▶ _Task_: Nothing but the lines from the one containing "f 149 54 53" through the end of the data should be output, each reproduced exactly.

---- Extracted information

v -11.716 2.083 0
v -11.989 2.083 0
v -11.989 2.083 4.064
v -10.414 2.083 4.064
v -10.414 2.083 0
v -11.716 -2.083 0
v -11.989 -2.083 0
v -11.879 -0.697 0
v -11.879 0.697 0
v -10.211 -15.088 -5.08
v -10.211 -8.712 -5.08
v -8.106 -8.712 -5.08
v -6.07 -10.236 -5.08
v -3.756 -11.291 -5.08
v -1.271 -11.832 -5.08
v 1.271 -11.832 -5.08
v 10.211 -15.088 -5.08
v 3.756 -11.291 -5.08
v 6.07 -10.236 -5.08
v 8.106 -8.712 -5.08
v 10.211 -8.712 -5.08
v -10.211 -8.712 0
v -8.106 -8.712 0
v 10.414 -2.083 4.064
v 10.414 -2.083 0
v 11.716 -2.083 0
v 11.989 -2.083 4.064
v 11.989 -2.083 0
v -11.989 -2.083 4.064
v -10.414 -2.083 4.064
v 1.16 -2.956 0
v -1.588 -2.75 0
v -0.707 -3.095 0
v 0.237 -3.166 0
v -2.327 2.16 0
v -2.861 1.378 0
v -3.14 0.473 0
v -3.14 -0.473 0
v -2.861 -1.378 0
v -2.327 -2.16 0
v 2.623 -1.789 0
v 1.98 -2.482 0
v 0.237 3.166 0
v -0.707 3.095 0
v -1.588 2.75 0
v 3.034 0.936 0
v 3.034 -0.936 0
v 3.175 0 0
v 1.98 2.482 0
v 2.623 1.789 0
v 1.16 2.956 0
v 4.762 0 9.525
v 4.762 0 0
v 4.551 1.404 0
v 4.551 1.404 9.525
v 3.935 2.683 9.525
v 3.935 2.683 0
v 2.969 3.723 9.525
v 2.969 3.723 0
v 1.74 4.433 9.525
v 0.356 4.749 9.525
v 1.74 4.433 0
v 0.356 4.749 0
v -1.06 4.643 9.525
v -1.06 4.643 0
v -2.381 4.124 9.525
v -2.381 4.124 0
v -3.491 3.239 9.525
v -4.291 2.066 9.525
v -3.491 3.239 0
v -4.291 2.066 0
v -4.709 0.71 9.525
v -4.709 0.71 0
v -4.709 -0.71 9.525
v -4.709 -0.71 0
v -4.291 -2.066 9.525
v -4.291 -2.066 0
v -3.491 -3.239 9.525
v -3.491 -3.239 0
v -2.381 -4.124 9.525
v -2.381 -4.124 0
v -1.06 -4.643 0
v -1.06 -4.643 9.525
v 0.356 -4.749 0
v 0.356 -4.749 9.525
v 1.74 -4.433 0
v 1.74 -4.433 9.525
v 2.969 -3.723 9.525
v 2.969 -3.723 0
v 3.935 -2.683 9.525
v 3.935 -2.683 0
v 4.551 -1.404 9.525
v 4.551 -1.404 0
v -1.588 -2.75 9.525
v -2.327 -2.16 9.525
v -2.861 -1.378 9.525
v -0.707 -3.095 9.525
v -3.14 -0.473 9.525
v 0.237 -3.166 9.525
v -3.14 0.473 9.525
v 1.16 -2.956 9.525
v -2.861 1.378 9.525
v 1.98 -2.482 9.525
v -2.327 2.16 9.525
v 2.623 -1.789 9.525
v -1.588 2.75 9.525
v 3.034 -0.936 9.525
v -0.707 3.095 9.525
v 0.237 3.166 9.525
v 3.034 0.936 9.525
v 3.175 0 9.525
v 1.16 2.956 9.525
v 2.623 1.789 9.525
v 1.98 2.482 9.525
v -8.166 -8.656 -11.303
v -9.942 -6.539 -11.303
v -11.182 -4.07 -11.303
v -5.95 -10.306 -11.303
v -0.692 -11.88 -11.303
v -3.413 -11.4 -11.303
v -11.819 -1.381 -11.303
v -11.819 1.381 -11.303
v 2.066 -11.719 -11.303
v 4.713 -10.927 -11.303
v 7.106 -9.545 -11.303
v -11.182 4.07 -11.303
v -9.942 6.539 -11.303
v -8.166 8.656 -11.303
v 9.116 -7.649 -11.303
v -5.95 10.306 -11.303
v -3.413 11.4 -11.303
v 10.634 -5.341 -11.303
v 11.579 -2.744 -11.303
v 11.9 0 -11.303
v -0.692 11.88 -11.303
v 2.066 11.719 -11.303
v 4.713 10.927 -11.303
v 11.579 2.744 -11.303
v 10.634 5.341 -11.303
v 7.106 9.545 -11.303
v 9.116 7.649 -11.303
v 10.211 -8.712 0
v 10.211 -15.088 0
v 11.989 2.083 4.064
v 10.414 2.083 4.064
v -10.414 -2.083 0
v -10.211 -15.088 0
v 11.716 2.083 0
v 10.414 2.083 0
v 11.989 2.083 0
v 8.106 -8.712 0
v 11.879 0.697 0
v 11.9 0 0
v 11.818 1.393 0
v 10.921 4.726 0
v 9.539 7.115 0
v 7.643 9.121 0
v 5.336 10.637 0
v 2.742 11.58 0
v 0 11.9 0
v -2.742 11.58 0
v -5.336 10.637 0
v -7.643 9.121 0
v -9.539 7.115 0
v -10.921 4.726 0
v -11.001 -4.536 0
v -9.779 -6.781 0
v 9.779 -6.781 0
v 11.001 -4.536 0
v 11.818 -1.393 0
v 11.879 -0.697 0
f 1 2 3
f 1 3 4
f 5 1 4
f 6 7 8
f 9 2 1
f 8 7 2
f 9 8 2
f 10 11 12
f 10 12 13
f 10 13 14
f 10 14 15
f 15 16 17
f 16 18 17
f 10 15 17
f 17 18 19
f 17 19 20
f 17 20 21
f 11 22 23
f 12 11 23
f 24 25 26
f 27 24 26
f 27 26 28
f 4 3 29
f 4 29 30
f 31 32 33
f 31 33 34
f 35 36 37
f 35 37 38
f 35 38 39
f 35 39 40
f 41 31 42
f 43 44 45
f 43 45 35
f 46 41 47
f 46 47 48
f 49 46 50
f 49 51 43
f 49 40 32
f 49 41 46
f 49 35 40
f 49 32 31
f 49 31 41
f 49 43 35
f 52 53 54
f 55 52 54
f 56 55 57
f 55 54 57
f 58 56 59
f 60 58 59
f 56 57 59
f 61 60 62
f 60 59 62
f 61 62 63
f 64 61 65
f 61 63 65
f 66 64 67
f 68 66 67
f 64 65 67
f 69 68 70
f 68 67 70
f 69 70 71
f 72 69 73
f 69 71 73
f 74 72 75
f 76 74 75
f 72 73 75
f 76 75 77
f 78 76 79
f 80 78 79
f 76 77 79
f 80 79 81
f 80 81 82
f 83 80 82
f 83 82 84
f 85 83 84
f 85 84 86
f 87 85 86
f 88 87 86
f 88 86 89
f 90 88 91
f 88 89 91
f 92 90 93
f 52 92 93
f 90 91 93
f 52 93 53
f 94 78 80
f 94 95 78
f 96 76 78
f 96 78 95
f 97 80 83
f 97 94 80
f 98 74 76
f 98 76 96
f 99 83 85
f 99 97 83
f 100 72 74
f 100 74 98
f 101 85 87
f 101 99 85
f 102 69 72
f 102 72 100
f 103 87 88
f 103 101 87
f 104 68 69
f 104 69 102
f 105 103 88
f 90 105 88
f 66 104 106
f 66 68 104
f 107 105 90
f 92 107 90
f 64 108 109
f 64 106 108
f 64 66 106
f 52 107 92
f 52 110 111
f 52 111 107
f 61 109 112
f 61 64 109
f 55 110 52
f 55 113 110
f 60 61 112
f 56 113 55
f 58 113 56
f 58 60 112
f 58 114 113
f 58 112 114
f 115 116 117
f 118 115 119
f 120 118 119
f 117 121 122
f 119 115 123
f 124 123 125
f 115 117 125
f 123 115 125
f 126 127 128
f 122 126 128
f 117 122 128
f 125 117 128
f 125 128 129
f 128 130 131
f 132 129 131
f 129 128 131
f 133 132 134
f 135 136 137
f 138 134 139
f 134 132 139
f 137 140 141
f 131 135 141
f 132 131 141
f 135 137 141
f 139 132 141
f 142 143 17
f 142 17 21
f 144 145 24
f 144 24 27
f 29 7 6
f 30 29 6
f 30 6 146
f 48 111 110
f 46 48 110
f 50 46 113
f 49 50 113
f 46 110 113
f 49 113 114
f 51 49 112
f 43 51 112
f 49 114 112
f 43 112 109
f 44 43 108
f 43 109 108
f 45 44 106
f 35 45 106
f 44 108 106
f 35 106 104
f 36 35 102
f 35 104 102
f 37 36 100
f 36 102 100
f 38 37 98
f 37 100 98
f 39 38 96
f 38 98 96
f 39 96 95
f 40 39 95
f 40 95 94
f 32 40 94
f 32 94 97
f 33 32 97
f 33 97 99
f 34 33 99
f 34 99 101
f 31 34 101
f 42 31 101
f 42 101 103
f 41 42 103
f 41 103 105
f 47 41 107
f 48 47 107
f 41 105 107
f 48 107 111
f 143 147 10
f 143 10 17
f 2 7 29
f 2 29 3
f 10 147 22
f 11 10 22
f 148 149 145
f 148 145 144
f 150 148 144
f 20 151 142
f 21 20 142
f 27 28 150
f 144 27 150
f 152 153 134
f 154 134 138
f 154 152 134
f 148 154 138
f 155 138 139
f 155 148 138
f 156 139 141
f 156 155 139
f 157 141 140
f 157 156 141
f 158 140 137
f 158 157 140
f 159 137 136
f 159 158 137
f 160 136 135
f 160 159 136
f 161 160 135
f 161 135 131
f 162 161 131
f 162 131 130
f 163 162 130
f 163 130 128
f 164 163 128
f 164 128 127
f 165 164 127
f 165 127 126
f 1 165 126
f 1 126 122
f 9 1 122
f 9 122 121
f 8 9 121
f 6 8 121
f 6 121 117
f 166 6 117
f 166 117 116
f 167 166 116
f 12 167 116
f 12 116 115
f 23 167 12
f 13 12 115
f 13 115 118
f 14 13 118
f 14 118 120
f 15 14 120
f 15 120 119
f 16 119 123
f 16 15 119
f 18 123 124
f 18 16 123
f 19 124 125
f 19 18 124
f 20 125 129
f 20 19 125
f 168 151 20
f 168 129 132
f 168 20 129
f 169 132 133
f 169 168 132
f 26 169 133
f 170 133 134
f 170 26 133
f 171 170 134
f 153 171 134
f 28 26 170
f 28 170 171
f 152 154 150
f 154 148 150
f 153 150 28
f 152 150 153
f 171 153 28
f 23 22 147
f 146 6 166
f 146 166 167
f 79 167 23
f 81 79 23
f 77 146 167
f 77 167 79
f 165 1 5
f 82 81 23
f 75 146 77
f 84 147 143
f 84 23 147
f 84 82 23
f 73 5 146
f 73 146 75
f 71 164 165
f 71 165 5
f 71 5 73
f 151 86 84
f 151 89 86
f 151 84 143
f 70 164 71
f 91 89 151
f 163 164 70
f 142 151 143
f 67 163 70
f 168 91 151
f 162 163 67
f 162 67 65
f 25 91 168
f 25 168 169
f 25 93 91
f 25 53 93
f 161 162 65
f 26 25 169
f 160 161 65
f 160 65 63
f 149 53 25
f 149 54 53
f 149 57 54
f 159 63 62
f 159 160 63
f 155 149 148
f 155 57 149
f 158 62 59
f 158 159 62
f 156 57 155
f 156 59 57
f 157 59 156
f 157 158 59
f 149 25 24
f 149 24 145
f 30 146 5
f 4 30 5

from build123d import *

# Parameters (mm, degrees)
SKETCH1_R          = 11.8999
BODY_DEPTH         = 11.303
SKETCH2_R          = 4.7625
BUSHING_DEPTH      = 9.525
SKETCH3_W          = 1.5748
SKETCH3_H          = 4.1656
MOUNT_TAB_DEPTH    = 4.064
SKETCH4_R          = 3.175
CUT_EXTRUDE1_DEPTH = 9.525
SKETCH5_W          = 20.4216
SKETCH5_H          = 6.3754
BOARD_DEPTH        = 5.08


with BuildPart() as part:
    # Sketch1 → Body (new body)
    with BuildSketch(Plane.XY):
        Circle(SKETCH1_R)
    extrude(amount=-BODY_DEPTH)

    # Sketch2 → bushing (add)
    with BuildSketch(Plane.XY):
        Circle(SKETCH2_R)
    extrude(amount=BUSHING_DEPTH)

    # Sketch3 → mount tab (add)
    with BuildSketch(Plane.XY):
        with Locations((-11.2014, 0)):
            Rectangle(SKETCH3_W, SKETCH3_H)
        with Locations((11.2014, 0)):
            Rectangle(SKETCH3_W, SKETCH3_H)
    extrude(amount=MOUNT_TAB_DEPTH)

    # Sketch4 → Cut-Extrude1 (cut)
    with BuildSketch(Plane.XY.offset(9.525)):
        Circle(SKETCH4_R)
    extrude(amount=-CUT_EXTRUDE1_DEPTH, mode=Mode.SUBTRACT)

    # Sketch5 → board (add)
    with BuildSketch(Plane.XY):
        with Locations((0, -11.8999)):
            Rectangle(SKETCH5_W, SKETCH5_H)
    extrude(amount=-BOARD_DEPTH)


solid = part.part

--------

▶ _Task result_:
f 149 54 53
f 149 57 54
f 159 63 62
f 159 160 63
f 155 149 148
f 155 57 149
f 158 62 59
f 158 159 62
f 156 57 155
f 156 59 57
f 157 59 156
f 157 158 59
f 149 25 24
f 149 24 145
f 30 146 5
f 4 30 5

from build123d import *

# Parameters (mm, degrees)
SKETCH1_R          = 11.8999
BODY_DEPTH         = 11.303
SKETCH2_R          = 4.7625
BUSHING_DEPTH      = 9.525
SKETCH3_W          = 1.5748
SKETCH3_H          = 4.1656
MOUNT_TAB_DEPTH    = 4.064
SKETCH4_R          = 3.175
CUT_EXTRUDE1_DEPTH = 9.525
SKETCH5_W          = 20.4216
SKETCH5_H          = 6.3754
BOARD_DEPTH        = 5.08


with BuildPart() as part:
    # Sketch1 → Body (new body)
    with BuildSketch(Plane.XY):
        Circle(SKETCH1_R)
    extrude(amount=-BODY_DEPTH)

    # Sketch2 → bushing (add)
    with BuildSketch(Plane.XY):
        Circle(SKETCH2_R)
    extrude(amount=BUSHING_DEPTH)

    # Sketch3 → mount tab (add)
    with BuildSketch(Plane.XY):
        with Locations((-11.2014, 0)):
            Rectangle(SKETCH3_W, SKETCH3_H)
        with Locations((11.2014, 0)):
            Rectangle(SKETCH3_W, SKETCH3_H)
    extrude(amount=MOUNT_TAB_DEPTH)

    # Sketch4 → Cut-Extrude1 (cut)
    with BuildSketch(Plane.XY.offset(9.525)):
        Circle(SKETCH4_R)
    extrude(amount=-CUT_EXTRUDE1_DEPTH, mode=Mode.SUBTRACT)

    # Sketch5 → board (add)
    with BuildSketch(Plane.XY):
        with Locations((0, -11.8999)):
            Rectangle(SKETCH5_W, SKETCH5_H)
    extrude(amount=-BOARD_DEPTH)


solid = part.part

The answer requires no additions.